WHAT NEEDS TO BE DONE
Every line of the material below that holds the string "with" should be copied.

MATERIAL FOR THE TASK
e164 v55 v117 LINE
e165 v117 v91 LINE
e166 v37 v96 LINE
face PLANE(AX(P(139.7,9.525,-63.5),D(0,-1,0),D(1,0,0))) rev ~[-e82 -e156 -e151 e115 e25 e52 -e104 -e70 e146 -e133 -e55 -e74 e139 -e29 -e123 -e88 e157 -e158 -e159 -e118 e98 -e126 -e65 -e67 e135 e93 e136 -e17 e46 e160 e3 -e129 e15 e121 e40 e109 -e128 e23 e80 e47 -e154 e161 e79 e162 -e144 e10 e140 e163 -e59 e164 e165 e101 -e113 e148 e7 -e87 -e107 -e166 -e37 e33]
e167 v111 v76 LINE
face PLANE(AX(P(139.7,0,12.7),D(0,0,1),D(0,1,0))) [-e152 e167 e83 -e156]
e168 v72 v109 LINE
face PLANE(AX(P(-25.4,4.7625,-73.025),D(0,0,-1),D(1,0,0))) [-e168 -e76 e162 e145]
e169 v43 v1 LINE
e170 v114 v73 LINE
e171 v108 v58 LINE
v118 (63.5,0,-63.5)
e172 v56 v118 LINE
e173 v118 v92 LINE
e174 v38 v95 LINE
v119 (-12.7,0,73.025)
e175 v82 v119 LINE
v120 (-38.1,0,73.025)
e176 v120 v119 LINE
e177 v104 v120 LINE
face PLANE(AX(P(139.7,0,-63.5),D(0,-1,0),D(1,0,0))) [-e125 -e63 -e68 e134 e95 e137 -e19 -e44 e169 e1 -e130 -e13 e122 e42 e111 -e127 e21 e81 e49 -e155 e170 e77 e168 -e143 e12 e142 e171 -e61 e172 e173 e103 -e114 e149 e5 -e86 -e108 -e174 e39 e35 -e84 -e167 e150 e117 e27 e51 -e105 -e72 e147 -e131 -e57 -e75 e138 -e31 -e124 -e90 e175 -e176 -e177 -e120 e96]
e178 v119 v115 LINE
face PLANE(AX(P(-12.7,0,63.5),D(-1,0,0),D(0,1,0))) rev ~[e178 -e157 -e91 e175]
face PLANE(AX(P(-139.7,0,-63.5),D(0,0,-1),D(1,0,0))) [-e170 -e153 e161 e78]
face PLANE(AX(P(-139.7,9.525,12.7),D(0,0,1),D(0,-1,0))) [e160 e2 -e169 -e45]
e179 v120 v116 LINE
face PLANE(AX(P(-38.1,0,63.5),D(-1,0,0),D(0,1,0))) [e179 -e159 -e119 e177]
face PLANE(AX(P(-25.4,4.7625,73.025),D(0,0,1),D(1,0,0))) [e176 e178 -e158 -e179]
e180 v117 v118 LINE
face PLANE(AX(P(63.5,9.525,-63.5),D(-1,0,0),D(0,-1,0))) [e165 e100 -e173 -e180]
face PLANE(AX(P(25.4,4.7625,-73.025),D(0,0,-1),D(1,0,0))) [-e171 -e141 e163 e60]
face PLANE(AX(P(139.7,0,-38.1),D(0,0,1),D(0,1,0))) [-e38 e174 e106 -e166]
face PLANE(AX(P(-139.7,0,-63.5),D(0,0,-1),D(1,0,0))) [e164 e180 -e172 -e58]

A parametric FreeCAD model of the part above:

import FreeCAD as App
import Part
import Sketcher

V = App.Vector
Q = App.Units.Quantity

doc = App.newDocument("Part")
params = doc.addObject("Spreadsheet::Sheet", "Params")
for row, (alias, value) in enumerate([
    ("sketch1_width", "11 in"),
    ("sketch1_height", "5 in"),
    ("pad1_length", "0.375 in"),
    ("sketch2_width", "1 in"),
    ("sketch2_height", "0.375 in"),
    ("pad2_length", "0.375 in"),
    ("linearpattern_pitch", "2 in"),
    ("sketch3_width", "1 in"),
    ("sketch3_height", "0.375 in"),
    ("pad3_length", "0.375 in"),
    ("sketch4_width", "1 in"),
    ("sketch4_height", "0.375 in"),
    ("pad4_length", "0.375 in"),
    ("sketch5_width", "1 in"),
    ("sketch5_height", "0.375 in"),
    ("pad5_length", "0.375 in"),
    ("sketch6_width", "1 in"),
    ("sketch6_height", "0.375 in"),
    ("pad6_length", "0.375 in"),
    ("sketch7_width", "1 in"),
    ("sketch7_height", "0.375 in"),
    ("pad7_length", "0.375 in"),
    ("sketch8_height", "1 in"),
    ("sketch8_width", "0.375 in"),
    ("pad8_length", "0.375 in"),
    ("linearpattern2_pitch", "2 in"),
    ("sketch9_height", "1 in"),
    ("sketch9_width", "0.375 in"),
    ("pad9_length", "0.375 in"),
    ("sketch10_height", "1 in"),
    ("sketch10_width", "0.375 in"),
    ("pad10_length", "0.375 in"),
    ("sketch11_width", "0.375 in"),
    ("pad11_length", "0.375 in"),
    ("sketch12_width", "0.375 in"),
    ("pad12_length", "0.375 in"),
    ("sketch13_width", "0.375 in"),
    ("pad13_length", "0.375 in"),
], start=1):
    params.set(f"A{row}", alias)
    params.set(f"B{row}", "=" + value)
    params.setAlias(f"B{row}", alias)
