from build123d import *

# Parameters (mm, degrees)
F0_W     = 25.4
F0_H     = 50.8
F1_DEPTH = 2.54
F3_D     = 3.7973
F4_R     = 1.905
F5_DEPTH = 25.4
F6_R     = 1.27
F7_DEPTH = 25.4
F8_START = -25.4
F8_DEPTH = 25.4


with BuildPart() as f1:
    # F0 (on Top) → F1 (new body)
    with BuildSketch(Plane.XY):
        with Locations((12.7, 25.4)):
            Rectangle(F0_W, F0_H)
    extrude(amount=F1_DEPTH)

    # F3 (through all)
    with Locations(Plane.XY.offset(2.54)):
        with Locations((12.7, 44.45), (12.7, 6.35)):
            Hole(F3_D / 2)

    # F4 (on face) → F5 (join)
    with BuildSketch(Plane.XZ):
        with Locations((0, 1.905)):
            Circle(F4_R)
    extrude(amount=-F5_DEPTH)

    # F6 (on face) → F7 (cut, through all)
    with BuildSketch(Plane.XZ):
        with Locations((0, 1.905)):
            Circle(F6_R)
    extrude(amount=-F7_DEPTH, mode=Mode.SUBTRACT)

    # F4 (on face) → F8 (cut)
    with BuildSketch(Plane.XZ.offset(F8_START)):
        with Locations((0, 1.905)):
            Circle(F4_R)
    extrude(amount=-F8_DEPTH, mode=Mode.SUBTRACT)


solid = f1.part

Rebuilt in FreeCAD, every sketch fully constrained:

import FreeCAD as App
import Part
import Sketcher

V = App.Vector
Q = App.Units.Quantity

doc = App.newDocument("Part")
body = doc.addObject("PartDesign::Body", "Body")

# Sketch on XY plane
sketch1 = body.newObject("Sketcher::SketchObject", "Sketch")
sketch1.AttachmentSupport = (doc.getObject("XY_Plane"), [""])
sketch1.MapMode = "FlatFace"
sketch1.addGeometry(Part.LineSegment(V(0, 51, 0), V(0, 0, 0)), False)
sketch1.addGeometry(Part.LineSegment(V(0, 0, 0), V(25, 0, 0)), False)
sketch1.addGeometry(Part.LineSegment(V(25, 0, 0), V(25, 51, 0)), False)
sketch1.addGeometry(Part.LineSegment(V(25, 51, 0), V(0, 51, 0)), False)
sketch1.addConstraint(Sketcher.Constraint("Coincident", 0, 2, 1, 1))
sketch1.addConstraint(Sketcher.Constraint("Coincident", 1, 2, 2, 1))
sketch1.addConstraint(Sketcher.Constraint("Coincident", 2, 2, 3, 1))
sketch1.addConstraint(Sketcher.Constraint("Coincident", 3, 2, 0, 1))
sketch1.addConstraint(Sketcher.Constraint("Vertical", 0))
sketch1.addConstraint(Sketcher.Constraint("Horizontal", 1))
sketch1.addConstraint(Sketcher.Constraint("Vertical", 2))
sketch1.addConstraint(Sketcher.Constraint("Horizontal", 3))
sketch1.addConstraint(Sketcher.Constraint("Coincident", 0, 2, -1, 1))
sketch1.addConstraint(Sketcher.Constraint("DistanceX", 1, 1, 1, 2, Q("1 in")))
sketch1.addConstraint(Sketcher.Constraint("DistanceY", 0, 2, 0, 1, Q("2 in")))
pad1 = body.newObject("PartDesign::Pad", "Pad")
pad1.Profile = sketch1
pad1.Length = Q("0.1 in")

# Sketch on XY plane
sketch2 = body.newObject("Sketcher::SketchObject", "Sketch001")
sketch2.AttachmentSupport = (doc.getObject("XY_Plane"), [""])
sketch2.MapMode = "FlatFace"
sketch2.AttachmentOffset = App.Placement(V(0, 0, 0.1 * 25.4), App.Rotation())
sketch2.addGeometry(Part.Circle(V(12.7, 44.5, 0), V(0, 0, 1), 1.9), False)
sketch2.addGeometry(Part.Circle(V(12.7, 6.3, 0), V(0, 0, 1), 1.9), False)
sketch2.addConstraint(Sketcher.Constraint("Equal", 0, 1))
sketch2.addConstraint(Sketcher.Constraint("Vertical", 0, 3, 1, 3))
sketch2.addConstraint(Sketcher.Constraint("Diameter", 0, Q("0.1495 in")))
sketch2.addConstraint(Sketcher.Constraint("DistanceX", -1, 1, 0, 3, Q("0.5 in")))
sketch2.addConstraint(Sketcher.Constraint("DistanceY", 1, 3, 0, 3, Q("1.5 in")))
sketch2.addConstraint(Sketcher.Constraint("DistanceY", -1, 1, 0, 3, Q("1.75 in")))
doc.recompute()
hole = body.newObject("PartDesign::Hole", "Hole")
hole.Profile = sketch2
hole.ThreadType = "None"
hole.Diameter = Q("0.1495 in")
hole.DepthType = "ThroughAll"

# Sketch on XZ plane
sketch3 = body.newObject("Sketcher::SketchObject", "Sketch002")
sketch3.AttachmentSupport = (doc.getObject("XZ_Plane"), [""])
sketch3.MapMode = "FlatFace"
sketch3.addGeometry(Part.Circle(V(0, 1.9, 0), V(0, 0, 1), 1.9), False)
sketch3.addConstraint(Sketcher.Constraint("PointOnObject", 0, 3, -2))
sketch3.addConstraint(Sketcher.Constraint("Diameter", 0, Q("0.15 in")))
sketch3.addConstraint(Sketcher.Constraint("DistanceY", -1, 1, 0, 3, Q("0.075 in")))
pad2 = body.newObject("PartDesign::Pad", "Pad001")
pad2.Profile = sketch3
pad2.Length = Q("1 in")
pad2.Reversed = True

# Sketch on XZ plane
sketch4 = body.newObject("Sketcher::SketchObject", "Sketch003")
sketch4.AttachmentSupport = (doc.getObject("XZ_Plane"), [""])
sketch4.MapMode = "FlatFace"
sketch4.addGeometry(Part.Circle(V(0, 1.9, 0), V(0, 0, 1), 1.3), False)
sketch4.addConstraint(Sketcher.Constraint("PointOnObject", 0, 3, -2))
sketch4.addConstraint(Sketcher.Constraint("Diameter", 0, Q("0.1 in")))
sketch4.addConstraint(Sketcher.Constraint("DistanceY", -1, 1, 0, 3, Q("0.075 in")))
pocket1 = body.newObject("PartDesign::Pocket", "Pocket")
pocket1.Profile = sketch4
pocket1.Length = Q("1 in")

# Sketch on XZ plane
sketch5 = body.newObject("Sketcher::SketchObject", "Sketch004")
sketch5.AttachmentSupport = (doc.getObject("XZ_Plane"), [""])
sketch5.MapMode = "FlatFace"
sketch5.AttachmentOffset = App.Placement(V(0, 0, -1 * 25.4), App.Rotation())
sketch5.addGeometry(Part.Circle(V(0, 1.9, 0), V(0, 0, 1), 1.9), False)
sketch5.addConstraint(Sketcher.Constraint("PointOnObject", 0, 3, -2))
sketch5.addConstraint(Sketcher.Constraint("Diameter", 0, Q("0.15 in")))
sketch5.addConstraint(Sketcher.Constraint("DistanceY", -1, 1, 0, 3, Q("0.075 in")))
pocket2 = body.newObject("PartDesign::Pocket", "Pocket001")
pocket2.Profile = sketch5
pocket2.Length = Q("1 in")

doc.recompute()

OUTPUT OF THE EXERCISE
with BuildPart() as f1:
    with BuildSketch(Plane.XY):
        with Locations((12.7, 25.4)):
    with Locations(Plane.XY.offset(2.54)):
        with Locations((12.7, 44.45), (12.7, 6.35)):
    with BuildSketch(Plane.XZ):
        with Locations((0, 1.905)):
    with BuildSketch(Plane.XZ):
        with Locations((0, 1.905)):
    with BuildSketch(Plane.XZ.offset(F8_START)):
        with Locations((0, 1.905)):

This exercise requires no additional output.